≫シナリオ学習の始め方完全ガイド
初心者でも面白い脚本を書く方法を教えます
»詳細はこちら

【ネタバレ考察】映画『ラストマイル』ロッカーに書かれた「2.7m/s→0」の本当の意味は?

映画
  • ラストマイルの内容がよくわからなかった
  • ネタバレが知りたい
  • ロッカーに書かれた「2.7m/s→0」の文字の意味を知りたい

映画『ラストマイル』は、多くの登場人物によるドラマが描かれている社会派ミステリー作品です。特に後半の解釈は人によって分かれるため、難しいと感じる方や別の考え方が知りたいという方は多いです。

この記事では、映画『ラストマイル』のネタバレや考察についてわかりやすく解説します。

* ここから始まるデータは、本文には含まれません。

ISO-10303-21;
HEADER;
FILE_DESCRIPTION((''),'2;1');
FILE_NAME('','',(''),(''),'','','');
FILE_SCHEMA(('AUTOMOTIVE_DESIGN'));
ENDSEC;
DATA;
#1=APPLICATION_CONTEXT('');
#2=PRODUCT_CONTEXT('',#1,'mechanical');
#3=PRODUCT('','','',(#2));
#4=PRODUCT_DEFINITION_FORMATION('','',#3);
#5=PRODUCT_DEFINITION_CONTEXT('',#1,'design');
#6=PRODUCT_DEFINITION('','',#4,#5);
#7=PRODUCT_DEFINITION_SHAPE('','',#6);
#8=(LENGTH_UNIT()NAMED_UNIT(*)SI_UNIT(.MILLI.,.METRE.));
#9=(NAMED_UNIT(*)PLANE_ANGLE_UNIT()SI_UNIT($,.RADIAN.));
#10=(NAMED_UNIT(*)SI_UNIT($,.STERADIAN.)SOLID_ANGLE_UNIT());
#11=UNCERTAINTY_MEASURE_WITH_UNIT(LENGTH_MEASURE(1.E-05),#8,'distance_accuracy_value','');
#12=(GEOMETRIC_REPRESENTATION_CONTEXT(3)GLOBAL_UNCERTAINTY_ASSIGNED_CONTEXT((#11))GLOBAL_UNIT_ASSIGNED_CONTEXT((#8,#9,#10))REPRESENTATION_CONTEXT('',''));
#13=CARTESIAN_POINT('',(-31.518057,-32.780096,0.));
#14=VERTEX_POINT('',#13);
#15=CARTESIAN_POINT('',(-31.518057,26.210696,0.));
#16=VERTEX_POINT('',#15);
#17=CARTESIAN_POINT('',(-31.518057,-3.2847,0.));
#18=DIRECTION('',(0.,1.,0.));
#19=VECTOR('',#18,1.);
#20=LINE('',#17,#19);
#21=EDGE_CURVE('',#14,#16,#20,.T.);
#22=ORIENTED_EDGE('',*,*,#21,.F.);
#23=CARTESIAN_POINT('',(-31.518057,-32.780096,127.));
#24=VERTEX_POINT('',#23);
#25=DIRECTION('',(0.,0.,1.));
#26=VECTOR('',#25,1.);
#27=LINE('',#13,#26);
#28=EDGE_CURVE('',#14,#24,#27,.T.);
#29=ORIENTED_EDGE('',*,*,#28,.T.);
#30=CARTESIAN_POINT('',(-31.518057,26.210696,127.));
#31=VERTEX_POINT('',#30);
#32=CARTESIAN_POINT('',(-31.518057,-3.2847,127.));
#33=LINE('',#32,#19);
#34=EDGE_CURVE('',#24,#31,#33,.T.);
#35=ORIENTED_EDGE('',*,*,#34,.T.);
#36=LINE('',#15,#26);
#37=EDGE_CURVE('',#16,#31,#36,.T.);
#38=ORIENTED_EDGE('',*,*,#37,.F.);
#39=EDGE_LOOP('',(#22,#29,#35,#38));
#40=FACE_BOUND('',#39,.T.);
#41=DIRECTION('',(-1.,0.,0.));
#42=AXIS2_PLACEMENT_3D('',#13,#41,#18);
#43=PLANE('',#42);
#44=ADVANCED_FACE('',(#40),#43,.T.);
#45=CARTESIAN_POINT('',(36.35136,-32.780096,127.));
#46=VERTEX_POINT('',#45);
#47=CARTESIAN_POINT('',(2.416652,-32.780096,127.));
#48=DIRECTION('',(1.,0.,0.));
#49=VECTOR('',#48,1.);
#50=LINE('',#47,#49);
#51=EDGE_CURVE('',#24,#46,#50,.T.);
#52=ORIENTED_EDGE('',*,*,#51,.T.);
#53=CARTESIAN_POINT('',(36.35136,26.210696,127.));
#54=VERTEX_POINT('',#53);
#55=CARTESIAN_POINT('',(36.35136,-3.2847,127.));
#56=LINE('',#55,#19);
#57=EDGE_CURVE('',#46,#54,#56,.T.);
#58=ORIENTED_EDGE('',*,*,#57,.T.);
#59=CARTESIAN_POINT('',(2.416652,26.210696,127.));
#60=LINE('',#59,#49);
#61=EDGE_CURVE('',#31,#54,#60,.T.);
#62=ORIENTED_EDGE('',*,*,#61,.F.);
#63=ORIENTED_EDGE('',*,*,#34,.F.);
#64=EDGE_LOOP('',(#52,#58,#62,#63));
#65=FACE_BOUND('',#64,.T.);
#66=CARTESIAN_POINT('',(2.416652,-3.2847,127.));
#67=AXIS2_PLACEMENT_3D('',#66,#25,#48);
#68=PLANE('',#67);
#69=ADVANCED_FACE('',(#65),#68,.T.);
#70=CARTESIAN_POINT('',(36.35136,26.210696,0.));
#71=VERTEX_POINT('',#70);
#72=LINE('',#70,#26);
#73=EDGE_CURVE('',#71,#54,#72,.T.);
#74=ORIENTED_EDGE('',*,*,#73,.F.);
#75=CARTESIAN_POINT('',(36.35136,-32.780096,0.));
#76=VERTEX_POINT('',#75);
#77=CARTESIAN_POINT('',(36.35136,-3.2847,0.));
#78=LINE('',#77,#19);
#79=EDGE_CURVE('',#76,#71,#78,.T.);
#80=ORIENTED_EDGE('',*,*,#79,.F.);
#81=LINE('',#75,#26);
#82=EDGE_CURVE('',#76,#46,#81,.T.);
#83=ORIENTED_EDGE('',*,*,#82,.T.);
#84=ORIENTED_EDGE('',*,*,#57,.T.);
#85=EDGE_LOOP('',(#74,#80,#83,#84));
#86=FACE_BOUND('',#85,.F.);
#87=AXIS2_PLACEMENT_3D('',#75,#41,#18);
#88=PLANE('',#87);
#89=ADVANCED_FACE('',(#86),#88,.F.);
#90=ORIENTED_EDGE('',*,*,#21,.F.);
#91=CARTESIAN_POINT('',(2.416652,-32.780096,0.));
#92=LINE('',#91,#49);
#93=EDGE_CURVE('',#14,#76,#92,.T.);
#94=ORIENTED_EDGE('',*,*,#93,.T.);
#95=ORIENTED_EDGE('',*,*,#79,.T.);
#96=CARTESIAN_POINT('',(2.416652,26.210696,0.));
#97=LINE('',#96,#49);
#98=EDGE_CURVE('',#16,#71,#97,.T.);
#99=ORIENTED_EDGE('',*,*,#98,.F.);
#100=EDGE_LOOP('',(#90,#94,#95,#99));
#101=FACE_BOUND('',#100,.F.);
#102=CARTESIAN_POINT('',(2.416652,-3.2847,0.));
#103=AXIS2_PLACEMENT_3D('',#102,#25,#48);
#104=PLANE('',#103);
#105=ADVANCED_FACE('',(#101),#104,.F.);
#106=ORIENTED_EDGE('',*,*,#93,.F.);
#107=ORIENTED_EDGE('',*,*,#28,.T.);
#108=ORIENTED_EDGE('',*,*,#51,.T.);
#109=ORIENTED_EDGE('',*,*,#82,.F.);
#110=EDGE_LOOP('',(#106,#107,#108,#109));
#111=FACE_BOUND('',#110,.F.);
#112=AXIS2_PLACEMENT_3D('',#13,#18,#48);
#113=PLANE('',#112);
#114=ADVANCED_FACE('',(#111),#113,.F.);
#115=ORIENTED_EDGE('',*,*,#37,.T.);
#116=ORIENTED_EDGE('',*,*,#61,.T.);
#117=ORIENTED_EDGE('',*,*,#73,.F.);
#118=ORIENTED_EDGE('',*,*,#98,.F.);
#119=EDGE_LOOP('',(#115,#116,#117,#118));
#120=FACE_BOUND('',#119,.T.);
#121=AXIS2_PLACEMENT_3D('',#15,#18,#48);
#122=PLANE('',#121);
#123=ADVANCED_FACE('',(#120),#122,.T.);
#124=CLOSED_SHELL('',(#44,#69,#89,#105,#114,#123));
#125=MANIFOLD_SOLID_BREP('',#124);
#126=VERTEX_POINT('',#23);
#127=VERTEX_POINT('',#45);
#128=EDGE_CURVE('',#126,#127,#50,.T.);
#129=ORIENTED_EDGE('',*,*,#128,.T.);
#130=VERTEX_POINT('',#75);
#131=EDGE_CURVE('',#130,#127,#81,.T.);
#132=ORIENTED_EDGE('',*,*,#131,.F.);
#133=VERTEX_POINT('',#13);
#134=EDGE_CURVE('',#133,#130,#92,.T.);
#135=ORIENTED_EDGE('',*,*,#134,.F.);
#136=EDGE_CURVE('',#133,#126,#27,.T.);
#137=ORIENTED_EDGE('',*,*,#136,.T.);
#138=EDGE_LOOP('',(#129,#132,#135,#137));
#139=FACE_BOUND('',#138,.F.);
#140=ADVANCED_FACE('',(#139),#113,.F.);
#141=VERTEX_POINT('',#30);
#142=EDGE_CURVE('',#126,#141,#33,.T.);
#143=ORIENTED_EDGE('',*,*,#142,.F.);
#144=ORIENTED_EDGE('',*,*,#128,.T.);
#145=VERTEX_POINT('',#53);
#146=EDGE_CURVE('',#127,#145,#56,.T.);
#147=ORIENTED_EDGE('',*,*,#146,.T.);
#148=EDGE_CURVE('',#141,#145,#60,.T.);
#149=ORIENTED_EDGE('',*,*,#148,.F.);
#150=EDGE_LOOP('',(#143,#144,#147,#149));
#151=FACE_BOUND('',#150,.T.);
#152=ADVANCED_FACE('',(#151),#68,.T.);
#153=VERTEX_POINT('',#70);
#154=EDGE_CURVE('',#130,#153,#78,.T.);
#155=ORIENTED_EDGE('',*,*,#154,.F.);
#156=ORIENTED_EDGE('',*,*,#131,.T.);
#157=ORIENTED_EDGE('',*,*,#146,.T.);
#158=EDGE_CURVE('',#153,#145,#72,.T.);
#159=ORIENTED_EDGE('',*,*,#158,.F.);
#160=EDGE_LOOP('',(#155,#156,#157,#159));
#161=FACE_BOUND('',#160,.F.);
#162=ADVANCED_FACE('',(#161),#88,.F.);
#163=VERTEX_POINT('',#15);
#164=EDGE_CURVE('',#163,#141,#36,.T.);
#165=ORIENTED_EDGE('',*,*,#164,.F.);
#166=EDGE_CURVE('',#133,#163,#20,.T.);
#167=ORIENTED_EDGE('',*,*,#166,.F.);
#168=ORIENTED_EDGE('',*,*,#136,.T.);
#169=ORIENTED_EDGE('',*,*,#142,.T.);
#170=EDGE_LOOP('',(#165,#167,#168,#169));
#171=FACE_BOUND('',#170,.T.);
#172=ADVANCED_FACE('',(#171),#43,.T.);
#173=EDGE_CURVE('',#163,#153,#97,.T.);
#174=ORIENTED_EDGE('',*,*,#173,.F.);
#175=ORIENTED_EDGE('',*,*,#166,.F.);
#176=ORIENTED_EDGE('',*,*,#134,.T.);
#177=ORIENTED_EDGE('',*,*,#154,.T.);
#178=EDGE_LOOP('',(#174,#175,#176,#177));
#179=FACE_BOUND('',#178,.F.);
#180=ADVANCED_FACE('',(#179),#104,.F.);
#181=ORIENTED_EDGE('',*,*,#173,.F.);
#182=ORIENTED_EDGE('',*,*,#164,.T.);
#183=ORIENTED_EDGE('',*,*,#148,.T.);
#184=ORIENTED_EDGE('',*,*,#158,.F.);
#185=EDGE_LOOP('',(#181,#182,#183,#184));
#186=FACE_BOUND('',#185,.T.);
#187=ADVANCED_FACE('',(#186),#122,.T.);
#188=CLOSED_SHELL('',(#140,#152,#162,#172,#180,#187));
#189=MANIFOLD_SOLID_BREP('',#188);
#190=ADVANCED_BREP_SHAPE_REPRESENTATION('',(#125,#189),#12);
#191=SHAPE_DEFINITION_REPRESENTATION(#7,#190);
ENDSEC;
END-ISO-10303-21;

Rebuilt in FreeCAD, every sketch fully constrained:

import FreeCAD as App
import Part
import Sketcher

V = App.Vector
Q = App.Units.Quantity


def add_polygon(sketch, points):
    """Adds a closed chain of lines whose ends are joined by coincident constraints."""
    first, n = sketch.GeometryCount, len(points)
    for a, b in zip(points, points[1:] + points[:1]):
        sketch.addGeometry(Part.LineSegment(App.Vector(*a, 0), App.Vector(*b, 0)), False)
    for i in range(n):
        sketch.addConstraint(Sketcher.Constraint("Coincident", first + i, 2, first + (i + 1) % n, 1))

doc = App.newDocument("Part")
body = doc.addObject("PartDesign::Body", "Body")

sketch1 = body.newObject("Sketcher::SketchObject", "Sketch")
sketch1.AttachmentSupport = (doc.getObject("XY_Plane"), [""])
sketch1.MapMode = "FlatFace"
add_polygon(sketch1, [(-31.518057, 26.210696), (-31.518057, -32.780096), (36.35136, -32.780096), (36.35136, 26.210696)])
sketch1.addConstraint([
    Sketcher.Constraint("Vertical", 0),
    Sketcher.Constraint("Horizontal", 1),
    Sketcher.Constraint("Vertical", 2),
    Sketcher.Constraint("Horizontal", 3),
    Sketcher.Constraint("DistanceY", 0, 2, 0, 1, Q("58.990791 mm")),
    Sketcher.Constraint("DistanceX", 1, 1, 1, 2, Q("67.869417 mm")),
    Sketcher.Constraint("DistanceX", -1, 1, 1, 2, Q("36.35136 mm")),
    Sketcher.Constraint("DistanceY", 0, 2, -1, 1, Q("32.780096 mm")),
])
pad1 = body.newObject("PartDesign::Pad", "Pad")
pad1.Profile = sketch1
pad1.Length = Q("5 in")
body2 = doc.addObject("PartDesign::Body", "Body001")

sketch2 = body2.newObject("Sketcher::SketchObject", "Sketch001")
sketch2.AttachmentSupport = (doc.getObject("XY_Plane001"), [""])
sketch2.MapMode = "FlatFace"
add_polygon(sketch2, [(-31.518057, 26.210696), (-31.518057, -32.780096), (36.35136, -32.780096), (36.35136, 26.210696)])
sketch2.addConstraint([
    Sketcher.Constraint("Vertical", 0),
    Sketcher.Constraint("Horizontal", 1),
    Sketcher.Constraint("Vertical", 2),
    Sketcher.Constraint("Horizontal", 3),
    Sketcher.Constraint("DistanceY", 0, 2, 0, 1, Q("58.990791 mm")),
    Sketcher.Constraint("DistanceX", 1, 1, 1, 2, Q("67.869417 mm")),
    Sketcher.Constraint("DistanceX", -1, 1, 1, 2, Q("36.35136 mm")),
    Sketcher.Constraint("DistanceY", 0, 2, -1, 1, Q("32.780096 mm")),
])
pad2 = body2.newObject("PartDesign::Pad", "Pad001")
pad2.Profile = sketch2
pad2.Length = Q("5 in")

doc.recompute()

記事を読むことで『ラストマイル』の内容をより深く理解できます。

本記事には作品のネタバレを含みます

↓映画『ラストマイル』について深く知りたい方はこちらもチェック↓

映画『ラストマイル』とは、監督塚原あゆ子×脚本野木亜紀子が送るシェアードユニバース作品

『ラストマイル』は、2024年8月に公開された社会派サスペンス映画です。大手通販サイトの物流センターを舞台に、連続爆破事件の真相に迫るストーリーが展開されます。監督は『最愛』や『コーヒーが冷めないうちに』で知られる塚原あゆ子、脚本は『逃げるは恥だが役に立つ』や『罪の声』で有名な野木亜紀子が担当しました。

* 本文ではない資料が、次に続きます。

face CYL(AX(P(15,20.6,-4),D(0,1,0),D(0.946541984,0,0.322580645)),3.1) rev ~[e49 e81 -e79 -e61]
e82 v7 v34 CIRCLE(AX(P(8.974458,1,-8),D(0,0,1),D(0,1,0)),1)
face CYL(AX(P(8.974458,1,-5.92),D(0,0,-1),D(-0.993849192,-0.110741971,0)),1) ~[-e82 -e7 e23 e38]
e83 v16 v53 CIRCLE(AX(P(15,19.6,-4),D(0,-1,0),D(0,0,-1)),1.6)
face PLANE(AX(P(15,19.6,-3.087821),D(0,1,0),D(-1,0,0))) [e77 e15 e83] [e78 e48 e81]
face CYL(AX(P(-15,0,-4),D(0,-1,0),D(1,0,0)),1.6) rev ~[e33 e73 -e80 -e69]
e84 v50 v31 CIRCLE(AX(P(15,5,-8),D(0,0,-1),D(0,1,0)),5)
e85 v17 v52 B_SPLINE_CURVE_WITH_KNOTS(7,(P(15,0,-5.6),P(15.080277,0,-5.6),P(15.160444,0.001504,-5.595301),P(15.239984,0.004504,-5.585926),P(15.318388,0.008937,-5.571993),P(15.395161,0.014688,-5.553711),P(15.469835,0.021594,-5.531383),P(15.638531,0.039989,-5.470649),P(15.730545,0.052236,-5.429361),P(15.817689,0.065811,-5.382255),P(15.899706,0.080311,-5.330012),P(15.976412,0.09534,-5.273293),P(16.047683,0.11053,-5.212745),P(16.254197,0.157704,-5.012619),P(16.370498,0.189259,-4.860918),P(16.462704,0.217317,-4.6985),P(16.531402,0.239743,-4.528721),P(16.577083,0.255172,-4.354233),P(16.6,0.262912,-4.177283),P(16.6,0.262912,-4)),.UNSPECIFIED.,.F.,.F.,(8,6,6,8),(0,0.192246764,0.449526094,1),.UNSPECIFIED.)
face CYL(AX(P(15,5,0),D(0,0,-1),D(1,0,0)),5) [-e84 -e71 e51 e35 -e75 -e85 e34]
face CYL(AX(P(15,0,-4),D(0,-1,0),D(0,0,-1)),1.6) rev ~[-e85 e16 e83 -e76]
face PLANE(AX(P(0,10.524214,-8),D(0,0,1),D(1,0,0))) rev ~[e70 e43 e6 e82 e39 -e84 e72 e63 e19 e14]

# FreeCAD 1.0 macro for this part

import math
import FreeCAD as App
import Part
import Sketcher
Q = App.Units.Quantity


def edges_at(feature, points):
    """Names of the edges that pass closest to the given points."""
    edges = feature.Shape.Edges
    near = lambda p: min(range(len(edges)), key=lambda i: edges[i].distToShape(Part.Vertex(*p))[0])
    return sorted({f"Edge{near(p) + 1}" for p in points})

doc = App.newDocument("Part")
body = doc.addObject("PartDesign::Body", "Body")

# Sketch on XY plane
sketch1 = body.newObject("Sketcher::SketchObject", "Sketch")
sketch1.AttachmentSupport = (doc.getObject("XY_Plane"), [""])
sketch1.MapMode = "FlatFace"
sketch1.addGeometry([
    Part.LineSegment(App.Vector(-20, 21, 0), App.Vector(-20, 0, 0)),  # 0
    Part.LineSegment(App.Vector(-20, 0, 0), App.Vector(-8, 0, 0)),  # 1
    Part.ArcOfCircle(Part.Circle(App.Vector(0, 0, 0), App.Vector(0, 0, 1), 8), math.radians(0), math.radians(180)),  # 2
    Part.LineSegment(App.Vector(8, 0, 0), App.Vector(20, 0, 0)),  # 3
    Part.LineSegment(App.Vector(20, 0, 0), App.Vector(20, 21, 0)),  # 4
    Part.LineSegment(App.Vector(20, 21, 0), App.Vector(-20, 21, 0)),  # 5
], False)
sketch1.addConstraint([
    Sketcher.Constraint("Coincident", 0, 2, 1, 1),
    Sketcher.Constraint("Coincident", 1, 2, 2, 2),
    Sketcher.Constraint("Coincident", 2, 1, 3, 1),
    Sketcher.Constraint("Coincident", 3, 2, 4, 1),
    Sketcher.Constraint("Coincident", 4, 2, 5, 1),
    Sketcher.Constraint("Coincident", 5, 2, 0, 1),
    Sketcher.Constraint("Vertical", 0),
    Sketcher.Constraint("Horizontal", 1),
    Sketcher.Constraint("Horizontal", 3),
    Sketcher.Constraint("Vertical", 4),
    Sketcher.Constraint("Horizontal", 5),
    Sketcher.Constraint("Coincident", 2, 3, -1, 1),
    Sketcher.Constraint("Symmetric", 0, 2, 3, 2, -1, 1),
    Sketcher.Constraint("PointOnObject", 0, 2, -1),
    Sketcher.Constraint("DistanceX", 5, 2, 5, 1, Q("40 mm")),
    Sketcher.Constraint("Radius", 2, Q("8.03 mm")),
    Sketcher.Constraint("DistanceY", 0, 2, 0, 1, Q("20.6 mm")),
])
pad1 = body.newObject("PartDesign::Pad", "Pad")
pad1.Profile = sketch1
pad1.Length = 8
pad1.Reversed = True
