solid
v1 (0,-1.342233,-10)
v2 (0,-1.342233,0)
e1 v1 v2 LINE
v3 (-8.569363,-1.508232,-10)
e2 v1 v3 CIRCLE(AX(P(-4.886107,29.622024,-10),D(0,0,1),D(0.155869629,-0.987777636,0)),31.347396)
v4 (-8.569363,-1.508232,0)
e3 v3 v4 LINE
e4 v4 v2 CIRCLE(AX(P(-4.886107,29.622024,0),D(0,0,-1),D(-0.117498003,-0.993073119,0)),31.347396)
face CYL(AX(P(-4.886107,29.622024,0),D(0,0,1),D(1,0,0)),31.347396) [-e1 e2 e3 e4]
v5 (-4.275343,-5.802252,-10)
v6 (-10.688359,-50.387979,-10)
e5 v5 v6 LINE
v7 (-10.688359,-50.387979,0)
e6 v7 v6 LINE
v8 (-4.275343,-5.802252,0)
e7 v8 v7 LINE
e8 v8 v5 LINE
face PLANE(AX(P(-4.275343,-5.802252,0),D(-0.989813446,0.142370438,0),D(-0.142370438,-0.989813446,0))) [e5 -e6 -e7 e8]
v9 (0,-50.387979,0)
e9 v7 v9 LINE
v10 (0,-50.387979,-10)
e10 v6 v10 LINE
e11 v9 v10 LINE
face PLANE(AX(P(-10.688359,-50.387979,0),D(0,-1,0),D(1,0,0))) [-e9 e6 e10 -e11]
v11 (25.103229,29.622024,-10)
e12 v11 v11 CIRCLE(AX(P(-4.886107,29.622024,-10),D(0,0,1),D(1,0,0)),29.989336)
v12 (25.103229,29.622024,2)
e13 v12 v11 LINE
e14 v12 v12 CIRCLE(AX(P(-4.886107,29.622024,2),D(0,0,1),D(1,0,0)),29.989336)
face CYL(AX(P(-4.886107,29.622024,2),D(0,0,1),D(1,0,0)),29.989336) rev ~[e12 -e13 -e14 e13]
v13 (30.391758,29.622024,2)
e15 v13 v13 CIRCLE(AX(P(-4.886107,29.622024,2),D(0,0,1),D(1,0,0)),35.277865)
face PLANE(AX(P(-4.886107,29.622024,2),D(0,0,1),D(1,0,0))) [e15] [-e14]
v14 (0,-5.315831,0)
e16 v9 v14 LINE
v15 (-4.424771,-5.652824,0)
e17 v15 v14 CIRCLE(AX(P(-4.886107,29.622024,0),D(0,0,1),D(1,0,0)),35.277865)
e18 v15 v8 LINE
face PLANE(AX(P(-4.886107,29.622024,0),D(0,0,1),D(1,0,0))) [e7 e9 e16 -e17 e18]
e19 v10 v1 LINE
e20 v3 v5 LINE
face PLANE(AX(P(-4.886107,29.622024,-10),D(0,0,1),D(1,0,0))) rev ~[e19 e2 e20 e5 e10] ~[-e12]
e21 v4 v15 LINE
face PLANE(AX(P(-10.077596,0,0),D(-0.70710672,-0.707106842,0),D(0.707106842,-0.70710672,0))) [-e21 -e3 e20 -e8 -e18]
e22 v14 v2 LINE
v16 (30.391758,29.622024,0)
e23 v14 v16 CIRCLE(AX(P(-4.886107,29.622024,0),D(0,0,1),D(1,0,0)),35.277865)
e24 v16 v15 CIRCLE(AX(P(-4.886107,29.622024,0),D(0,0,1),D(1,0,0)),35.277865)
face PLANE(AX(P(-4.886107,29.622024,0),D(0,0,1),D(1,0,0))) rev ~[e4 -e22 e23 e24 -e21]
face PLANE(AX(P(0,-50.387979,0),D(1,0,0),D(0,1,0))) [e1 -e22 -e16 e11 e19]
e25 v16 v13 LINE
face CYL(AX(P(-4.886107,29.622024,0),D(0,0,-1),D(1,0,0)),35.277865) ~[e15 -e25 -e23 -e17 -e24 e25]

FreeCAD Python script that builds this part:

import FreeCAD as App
import Part
import Sketcher

V = App.Vector
Q = App.Units.Quantity


def add_polygon(sketch, points):
    """Adds a closed chain of lines whose ends are joined by coincident constraints."""
    first, n = sketch.GeometryCount, len(points)
    for a, b in zip(points, points[1:] + points[:1]):
        sketch.addGeometry(Part.LineSegment(App.Vector(*a, 0), App.Vector(*b, 0)), False)
    for i in range(n):
        sketch.addConstraint(Sketcher.Constraint("Coincident", first + i, 2, first + (i + 1) % n, 1))

doc = App.newDocument("Part")
params = doc.addObject("Spreadsheet::Sheet", "Params")
for row, (alias, value) in enumerate([
    ("pad1_length", "10 mm"),
    ("pad2_length", "10 mm"),
    ("pad3_length", "2 mm"),
    ("pocket1_length", "25 mm"),
], start=1):
    params.set(f"A{row}", alias)
    params.set(f"B{row}", "=" + value)
    params.setAlias(f"B{row}", alias)

body = doc.addObject("PartDesign::Body", "Body")

sketch1 = body.newObject("Sketcher::SketchObject", "Sketch")
sketch1.AttachmentSupport = (doc.getObject("XY_Plane"), [""])
sketch1.MapMode = "FlatFace"
add_polygon(sketch1, [(0, 0), (-10.077596, 0), (-4.275343, -5.802252), (-10.688359, -50.387979), (0, -50.387979)])
sketch1.addConstraint([
    Sketcher.Constraint("Horizontal", 0),
    Sketcher.Constraint("Horizontal", 3),
    Sketcher.Constraint("Vertical", 4),
    Sketcher.Constraint("Coincident", 4, 2, -1, 1),
    Sketcher.Constraint("Angle", 1, Q("-44.999995 deg")),
    Sketcher.Constraint("DistanceX", 3, 1, 3, 2, Q("10.688359 mm")),
    Sketcher.Constraint("DistanceY", 4, 1, 4, 2, Q("50.387979 mm")),
    Sketcher.Constraint("DistanceX", 0, 2, 0, 1, Q("10.077596 mm")),
    Sketcher.Constraint("Distance", 1, Q("8.205624 mm")),
])
pad1 = body.newObject("PartDesign::Pad", "Pad")
pad1.Profile = sketch1
pad1.setExpression("Length", "Params.pad1_length")
pad1.Reversed = True

sketch2 = body.newObject("Sketcher::SketchObject", "Sketch001")
sketch2.AttachmentSupport = (doc.getObject("XY_Plane"), [""])
sketch2.MapMode = "FlatFace"
sketch2.addGeometry(Part.Circle(V(-4.886107, 29.622024, 0), V(0, 0, 1), 31.347396), False)
sketch2.addConstraint([
    Sketcher.Constraint("Diameter", 0, Q("62.694792 mm")),
    Sketcher.Constraint("DistanceX", 0, 3, -1, 1, Q("4.886107 mm")),
    Sketcher.Constraint("DistanceY", -1, 1, 0, 3, Q("29.622024 mm")),
])
pad2 = body.newObject("PartDesign::Pad", "Pad001")
pad2.Profile = sketch2
pad2.setExpression("Length", "Params.pad2_length")
pad2.Reversed = True

sketch3 = body.newObject("Sketcher::SketchObject", "Sketch002")
sketch3.AttachmentSupport = (doc.getObject("XY_Plane"), [""])
sketch3.MapMode = "FlatFace"
sketch3.addGeometry(Part.Circle(V(-4.886107, 29.622024, 0), V(0, 0, 1), 35.277865), False)
sketch3.addConstraint([
    Sketcher.Constraint("Diameter", 0, Q("70.55573 mm")),
    Sketcher.Constraint("DistanceX", 0, 3, -1, 1, Q("4.886107 mm")),
    Sketcher.Constraint("DistanceY", -1, 1, 0, 3, Q("29.622024 mm")),
])
pad3 = body.newObject("PartDesign::Pad", "Pad002")
pad3.Profile = sketch3
pad3.setExpression("Length", "Params.pad3_length")

sketch4 = body.newObject("Sketcher::SketchObject", "Sketch003")
sketch4.AttachmentSupport = (doc.getObject("XY_Plane"), [""])
sketch4.MapMode = "FlatFace"
sketch4.AttachmentOffset = App.Placement(V(0, 0, 2), App.Rotation())
sketch4.addGeometry(Part.Circle(V(-4.886107, 29.622024, 0), V(0, 0, 1), 29.989336), False)
sketch4.addConstraint([
    Sketcher.Constraint("Diameter", 0, Q("59.978672 mm")),
    Sketcher.Constraint("DistanceX", 0, 3, -1, 1, Q("4.886107 mm")),
    Sketcher.Constraint("DistanceY", -1, 1, 0, 3, Q("29.622024 mm")),
])
pocket1 = body.newObject("PartDesign::Pocket", "Pocket")
pocket1.Profile = sketch4
pocket1.setExpression("Length", "Params.pocket1_length")

doc.recompute()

満島ひかりが主演を務め、『アンナチュラル』『MIU404』と世界観を共有するシェアード・ユニバース作品となっています。公開初日から3日間で66万2,000人の観客を動員し、興行収入は9億7,800万円とダントツの首位デビューを飾りました。エンターテインメント性と社会性を高いレベルで両立させた作品として、多くの人に評価されています。

映画『ラストマイル』のあらすじ

11月、流通業界最大のイベント「ブラックフライデー」の前夜、世界規模のショッピングサイト「DAILY FAST」から届いた段ボールが爆発する連続爆発事件が発生。爆発した荷物は、どれも西武蔵野ロジスティクスセンターから配送されたものでした。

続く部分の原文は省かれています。